== What you are asked to do ==
Look below for the line holding "#96=CARTESIAN_POINT('',(-5.,86.,5.));" and the line holding "#121=CARTESIAN_POINT('',(0.,86.,-5.));". Repeat those two and everything between, exactly.

━━━━━ Data shown ━━━━━

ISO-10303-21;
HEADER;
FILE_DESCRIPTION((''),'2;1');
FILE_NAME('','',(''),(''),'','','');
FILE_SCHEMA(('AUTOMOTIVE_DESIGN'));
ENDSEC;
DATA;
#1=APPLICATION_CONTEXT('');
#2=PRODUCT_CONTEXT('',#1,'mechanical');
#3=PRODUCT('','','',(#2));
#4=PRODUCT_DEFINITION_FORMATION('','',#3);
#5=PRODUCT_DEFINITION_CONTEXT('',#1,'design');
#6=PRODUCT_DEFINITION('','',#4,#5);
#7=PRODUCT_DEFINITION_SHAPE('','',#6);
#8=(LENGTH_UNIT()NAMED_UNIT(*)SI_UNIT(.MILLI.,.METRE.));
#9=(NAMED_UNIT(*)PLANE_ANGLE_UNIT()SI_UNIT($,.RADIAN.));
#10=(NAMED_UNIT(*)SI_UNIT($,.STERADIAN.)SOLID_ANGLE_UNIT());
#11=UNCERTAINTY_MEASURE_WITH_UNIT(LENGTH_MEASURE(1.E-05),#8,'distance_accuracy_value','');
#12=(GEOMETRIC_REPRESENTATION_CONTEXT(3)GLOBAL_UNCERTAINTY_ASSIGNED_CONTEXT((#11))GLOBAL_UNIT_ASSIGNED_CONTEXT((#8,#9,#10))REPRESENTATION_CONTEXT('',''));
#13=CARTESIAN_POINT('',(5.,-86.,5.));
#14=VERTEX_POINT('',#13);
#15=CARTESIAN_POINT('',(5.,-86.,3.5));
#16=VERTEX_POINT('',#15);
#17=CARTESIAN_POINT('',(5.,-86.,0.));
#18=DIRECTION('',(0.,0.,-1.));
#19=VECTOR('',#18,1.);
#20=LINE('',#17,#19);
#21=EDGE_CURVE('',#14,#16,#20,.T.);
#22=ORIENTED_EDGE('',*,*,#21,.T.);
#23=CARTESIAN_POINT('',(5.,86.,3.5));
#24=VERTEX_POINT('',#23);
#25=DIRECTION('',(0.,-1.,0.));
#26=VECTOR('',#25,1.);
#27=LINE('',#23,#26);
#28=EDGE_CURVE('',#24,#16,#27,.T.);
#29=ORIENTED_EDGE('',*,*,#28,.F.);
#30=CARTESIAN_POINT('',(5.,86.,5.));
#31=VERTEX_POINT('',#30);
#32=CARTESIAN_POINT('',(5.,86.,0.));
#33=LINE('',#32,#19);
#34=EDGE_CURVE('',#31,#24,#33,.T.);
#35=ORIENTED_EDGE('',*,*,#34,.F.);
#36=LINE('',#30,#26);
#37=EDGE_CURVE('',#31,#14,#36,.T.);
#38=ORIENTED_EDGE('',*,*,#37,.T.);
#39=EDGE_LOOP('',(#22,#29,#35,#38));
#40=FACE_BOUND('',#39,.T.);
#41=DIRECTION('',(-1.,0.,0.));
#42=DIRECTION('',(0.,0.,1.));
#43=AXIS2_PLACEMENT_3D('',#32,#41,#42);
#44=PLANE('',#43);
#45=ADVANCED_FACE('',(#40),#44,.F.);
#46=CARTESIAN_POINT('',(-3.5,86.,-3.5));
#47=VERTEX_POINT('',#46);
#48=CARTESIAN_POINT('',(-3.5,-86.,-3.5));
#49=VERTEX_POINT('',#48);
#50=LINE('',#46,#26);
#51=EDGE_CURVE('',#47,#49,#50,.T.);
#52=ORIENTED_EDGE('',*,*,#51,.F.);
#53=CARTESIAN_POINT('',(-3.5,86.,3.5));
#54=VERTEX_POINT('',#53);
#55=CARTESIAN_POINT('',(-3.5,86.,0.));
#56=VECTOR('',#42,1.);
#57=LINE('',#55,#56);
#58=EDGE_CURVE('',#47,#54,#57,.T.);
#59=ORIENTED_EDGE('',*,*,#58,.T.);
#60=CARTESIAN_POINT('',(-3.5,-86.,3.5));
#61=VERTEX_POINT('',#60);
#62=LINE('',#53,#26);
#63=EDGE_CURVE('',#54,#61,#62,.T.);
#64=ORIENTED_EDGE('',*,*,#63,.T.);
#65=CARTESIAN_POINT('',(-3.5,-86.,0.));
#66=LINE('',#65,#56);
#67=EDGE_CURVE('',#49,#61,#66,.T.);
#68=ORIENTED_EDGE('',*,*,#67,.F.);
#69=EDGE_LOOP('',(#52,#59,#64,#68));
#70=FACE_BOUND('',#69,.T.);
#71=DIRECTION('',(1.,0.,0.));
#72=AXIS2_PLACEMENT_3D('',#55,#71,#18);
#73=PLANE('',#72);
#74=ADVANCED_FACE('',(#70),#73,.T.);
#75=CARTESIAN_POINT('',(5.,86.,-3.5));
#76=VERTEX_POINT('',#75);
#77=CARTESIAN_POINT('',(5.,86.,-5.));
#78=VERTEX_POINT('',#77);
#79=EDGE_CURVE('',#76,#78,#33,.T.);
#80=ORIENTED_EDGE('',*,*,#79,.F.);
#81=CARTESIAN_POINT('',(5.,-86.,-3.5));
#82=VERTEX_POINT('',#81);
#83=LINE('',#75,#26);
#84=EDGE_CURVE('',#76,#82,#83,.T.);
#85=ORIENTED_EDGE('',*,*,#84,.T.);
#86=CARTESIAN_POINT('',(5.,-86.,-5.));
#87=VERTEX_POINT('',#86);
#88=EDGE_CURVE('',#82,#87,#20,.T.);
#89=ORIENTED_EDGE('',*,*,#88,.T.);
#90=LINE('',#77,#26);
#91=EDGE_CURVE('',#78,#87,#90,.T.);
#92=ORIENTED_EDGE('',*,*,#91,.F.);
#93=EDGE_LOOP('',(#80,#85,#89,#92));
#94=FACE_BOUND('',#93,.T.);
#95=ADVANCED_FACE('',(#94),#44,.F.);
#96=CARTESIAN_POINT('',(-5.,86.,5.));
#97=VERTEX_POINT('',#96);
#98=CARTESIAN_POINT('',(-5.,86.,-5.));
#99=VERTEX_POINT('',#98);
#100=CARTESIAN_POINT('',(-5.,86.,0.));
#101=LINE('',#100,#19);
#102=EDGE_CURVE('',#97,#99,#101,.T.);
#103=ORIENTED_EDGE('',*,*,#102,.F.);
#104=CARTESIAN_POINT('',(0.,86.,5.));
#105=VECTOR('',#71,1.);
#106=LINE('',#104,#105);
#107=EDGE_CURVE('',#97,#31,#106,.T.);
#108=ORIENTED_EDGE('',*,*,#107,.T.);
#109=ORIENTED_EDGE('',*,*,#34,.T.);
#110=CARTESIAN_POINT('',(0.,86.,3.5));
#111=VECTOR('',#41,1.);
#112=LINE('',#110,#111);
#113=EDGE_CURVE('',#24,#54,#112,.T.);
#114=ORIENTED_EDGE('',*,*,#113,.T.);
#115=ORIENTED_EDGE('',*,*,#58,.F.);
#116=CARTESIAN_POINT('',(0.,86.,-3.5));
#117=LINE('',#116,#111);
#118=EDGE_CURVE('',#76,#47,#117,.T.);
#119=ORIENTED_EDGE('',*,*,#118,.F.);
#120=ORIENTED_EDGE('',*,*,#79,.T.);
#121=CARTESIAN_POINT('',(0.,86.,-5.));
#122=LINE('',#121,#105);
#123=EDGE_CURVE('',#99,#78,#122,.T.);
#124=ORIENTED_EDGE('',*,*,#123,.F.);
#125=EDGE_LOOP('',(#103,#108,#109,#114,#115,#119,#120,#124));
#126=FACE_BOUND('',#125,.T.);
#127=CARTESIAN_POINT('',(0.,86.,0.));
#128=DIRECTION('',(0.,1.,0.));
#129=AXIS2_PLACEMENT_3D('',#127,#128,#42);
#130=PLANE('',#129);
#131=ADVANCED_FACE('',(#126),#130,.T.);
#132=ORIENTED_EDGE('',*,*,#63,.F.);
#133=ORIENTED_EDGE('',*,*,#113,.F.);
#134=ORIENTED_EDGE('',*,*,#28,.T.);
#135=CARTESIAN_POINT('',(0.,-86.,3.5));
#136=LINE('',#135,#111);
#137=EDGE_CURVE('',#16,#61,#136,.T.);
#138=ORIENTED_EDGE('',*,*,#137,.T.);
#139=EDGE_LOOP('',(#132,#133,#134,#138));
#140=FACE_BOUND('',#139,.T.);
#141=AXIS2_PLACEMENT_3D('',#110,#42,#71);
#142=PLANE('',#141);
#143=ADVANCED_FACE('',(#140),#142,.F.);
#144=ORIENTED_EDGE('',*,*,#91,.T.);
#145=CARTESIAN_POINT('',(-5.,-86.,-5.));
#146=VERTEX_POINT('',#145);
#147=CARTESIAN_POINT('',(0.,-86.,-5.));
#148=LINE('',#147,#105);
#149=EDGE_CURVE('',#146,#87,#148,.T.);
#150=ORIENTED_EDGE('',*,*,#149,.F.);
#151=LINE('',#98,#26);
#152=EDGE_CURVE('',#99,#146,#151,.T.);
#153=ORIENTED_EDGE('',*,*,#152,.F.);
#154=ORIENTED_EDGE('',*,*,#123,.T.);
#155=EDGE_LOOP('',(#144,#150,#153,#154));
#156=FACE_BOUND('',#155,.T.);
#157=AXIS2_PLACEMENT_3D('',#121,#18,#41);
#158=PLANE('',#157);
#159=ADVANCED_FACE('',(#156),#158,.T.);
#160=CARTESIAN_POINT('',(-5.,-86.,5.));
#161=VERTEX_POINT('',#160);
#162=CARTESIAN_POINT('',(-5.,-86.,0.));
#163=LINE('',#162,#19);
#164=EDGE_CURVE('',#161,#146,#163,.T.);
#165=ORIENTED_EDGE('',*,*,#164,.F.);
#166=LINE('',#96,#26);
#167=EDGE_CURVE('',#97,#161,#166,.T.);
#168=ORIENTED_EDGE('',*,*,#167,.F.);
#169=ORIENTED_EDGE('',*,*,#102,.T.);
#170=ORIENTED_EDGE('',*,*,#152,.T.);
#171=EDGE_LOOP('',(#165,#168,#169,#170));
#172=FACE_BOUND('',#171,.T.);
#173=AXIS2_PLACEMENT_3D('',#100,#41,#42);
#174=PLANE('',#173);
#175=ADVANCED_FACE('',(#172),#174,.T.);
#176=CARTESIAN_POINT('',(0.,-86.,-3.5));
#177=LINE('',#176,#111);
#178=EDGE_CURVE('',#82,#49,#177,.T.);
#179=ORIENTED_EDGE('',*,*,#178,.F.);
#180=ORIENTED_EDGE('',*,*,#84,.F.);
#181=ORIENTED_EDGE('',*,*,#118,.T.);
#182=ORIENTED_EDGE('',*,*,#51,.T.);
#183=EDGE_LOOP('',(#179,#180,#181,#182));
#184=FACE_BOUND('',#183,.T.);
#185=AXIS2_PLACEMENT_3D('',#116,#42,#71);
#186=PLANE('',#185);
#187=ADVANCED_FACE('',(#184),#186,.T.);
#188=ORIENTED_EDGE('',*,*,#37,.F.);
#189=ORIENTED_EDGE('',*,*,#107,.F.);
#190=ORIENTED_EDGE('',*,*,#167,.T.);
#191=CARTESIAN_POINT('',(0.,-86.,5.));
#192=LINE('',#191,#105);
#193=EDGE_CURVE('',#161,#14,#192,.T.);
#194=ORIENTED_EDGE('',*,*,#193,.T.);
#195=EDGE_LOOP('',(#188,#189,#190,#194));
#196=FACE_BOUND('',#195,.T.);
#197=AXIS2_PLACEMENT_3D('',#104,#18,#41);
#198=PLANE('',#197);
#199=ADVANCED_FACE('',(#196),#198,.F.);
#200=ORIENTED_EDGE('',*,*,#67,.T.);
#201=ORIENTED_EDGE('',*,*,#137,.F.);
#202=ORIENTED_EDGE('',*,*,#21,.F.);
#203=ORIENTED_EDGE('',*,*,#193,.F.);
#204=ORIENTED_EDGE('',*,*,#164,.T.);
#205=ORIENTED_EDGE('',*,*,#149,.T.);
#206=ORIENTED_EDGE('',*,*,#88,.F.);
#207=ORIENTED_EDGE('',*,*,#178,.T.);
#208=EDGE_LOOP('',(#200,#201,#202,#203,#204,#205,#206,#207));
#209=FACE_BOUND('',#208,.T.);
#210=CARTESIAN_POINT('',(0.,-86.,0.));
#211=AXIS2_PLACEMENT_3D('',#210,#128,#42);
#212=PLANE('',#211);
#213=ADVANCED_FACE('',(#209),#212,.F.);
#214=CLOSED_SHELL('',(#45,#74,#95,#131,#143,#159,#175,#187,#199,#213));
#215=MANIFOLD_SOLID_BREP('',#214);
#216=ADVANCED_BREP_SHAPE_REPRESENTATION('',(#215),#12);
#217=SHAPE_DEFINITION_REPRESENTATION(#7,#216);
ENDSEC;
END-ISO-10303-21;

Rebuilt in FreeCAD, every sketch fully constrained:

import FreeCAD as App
import Part
import Sketcher

V = App.Vector


def add_polygon(sketch, points):
    """Adds a closed chain of lines whose ends are joined by coincident constraints."""
    first, n = sketch.GeometryCount, len(points)
    for a, b in zip(points, points[1:] + points[:1]):
        sketch.addGeometry(Part.LineSegment(App.Vector(*a, 0), App.Vector(*b, 0)), False)
    for i in range(n):
        sketch.addConstraint(Sketcher.Constraint("Coincident", first + i, 2, first + (i + 1) % n, 1))

doc = App.newDocument("Part")
body = doc.addObject("PartDesign::Body", "Body")

sketch1 = body.newObject("Sketcher::SketchObject", "Sketch")
sketch1.AttachmentSupport = (doc.getObject("XZ_Plane"), [""])
sketch1.MapMode = "FlatFace"
add_polygon(sketch1, [(-5, -5), (-5, 5), (5, 5), (5, 3.5), (-3.5, 3.5), (-3.5, -3.5), (5, -3.5), (5, -5)])
sketch1.addConstraint(Sketcher.Constraint("Vertical", 0))
sketch1.addConstraint(Sketcher.Constraint("Horizontal", 1))
sketch1.addConstraint(Sketcher.Constraint("Vertical", 2))
sketch1.addConstraint(Sketcher.Constraint("Horizontal", 3))
sketch1.addConstraint(Sketcher.Constraint("Vertical", 4))
sketch1.addConstraint(Sketcher.Constraint("Horizontal", 5))
sketch1.addConstraint(Sketcher.Constraint("Vertical", 6))
sketch1.addConstraint(Sketcher.Constraint("Horizontal", 7))
sketch1.addConstraint(Sketcher.Constraint("Symmetric", 0, 2, 6, 2, -1, 1))
sketch1.addConstraint(Sketcher.Constraint("Symmetric", 2, 2, 5, 2, -1))
sketch1.addConstraint(Sketcher.Constraint("Equal", 7, 0))
sketch1.addConstraint(Sketcher.Constraint("DistanceX", 1, 1, 1, 2, 10.0))
sketch1.addConstraint(Sketcher.Constraint("DistanceY", 4, 2, 4, 1, 7.0))
sketch1.addConstraint(Sketcher.Constraint("DistanceX", 3, 2, 3, 1, 8.5))
pad1 = body.newObject("PartDesign::Pad", "Pad")
pad1.Profile = sketch1
pad1.Length = 172
pad1.Midplane = True

doc.recompute()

━━━━━

== Exercise result ==
#96=CARTESIAN_POINT('',(-5.,86.,5.));
#97=VERTEX_POINT('',#96);
#98=CARTESIAN_POINT('',(-5.,86.,-5.));
#99=VERTEX_POINT('',#98);
#100=CARTESIAN_POINT('',(-5.,86.,0.));
#101=LINE('',#100,#19);
#102=EDGE_CURVE('',#97,#99,#101,.T.);
#103=ORIENTED_EDGE('',*,*,#102,.F.);
#104=CARTESIAN_POINT('',(0.,86.,5.));
#105=VECTOR('',#71,1.);
#106=LINE('',#104,#105);
#107=EDGE_CURVE('',#97,#31,#106,.T.);
#108=ORIENTED_EDGE('',*,*,#107,.T.);
#109=ORIENTED_EDGE('',*,*,#34,.T.);
#110=CARTESIAN_POINT('',(0.,86.,3.5));
#111=VECTOR('',#41,1.);
#112=LINE('',#110,#111);
#113=EDGE_CURVE('',#24,#54,#112,.T.);
#114=ORIENTED_EDGE('',*,*,#113,.T.);
#115=ORIENTED_EDGE('',*,*,#58,.F.);
#116=CARTESIAN_POINT('',(0.,86.,-3.5));
#117=LINE('',#116,#111);
#118=EDGE_CURVE('',#76,#47,#117,.T.);
#119=ORIENTED_EDGE('',*,*,#118,.F.);
#120=ORIENTED_EDGE('',*,*,#79,.T.);
#121=CARTESIAN_POINT('',(0.,86.,-5.));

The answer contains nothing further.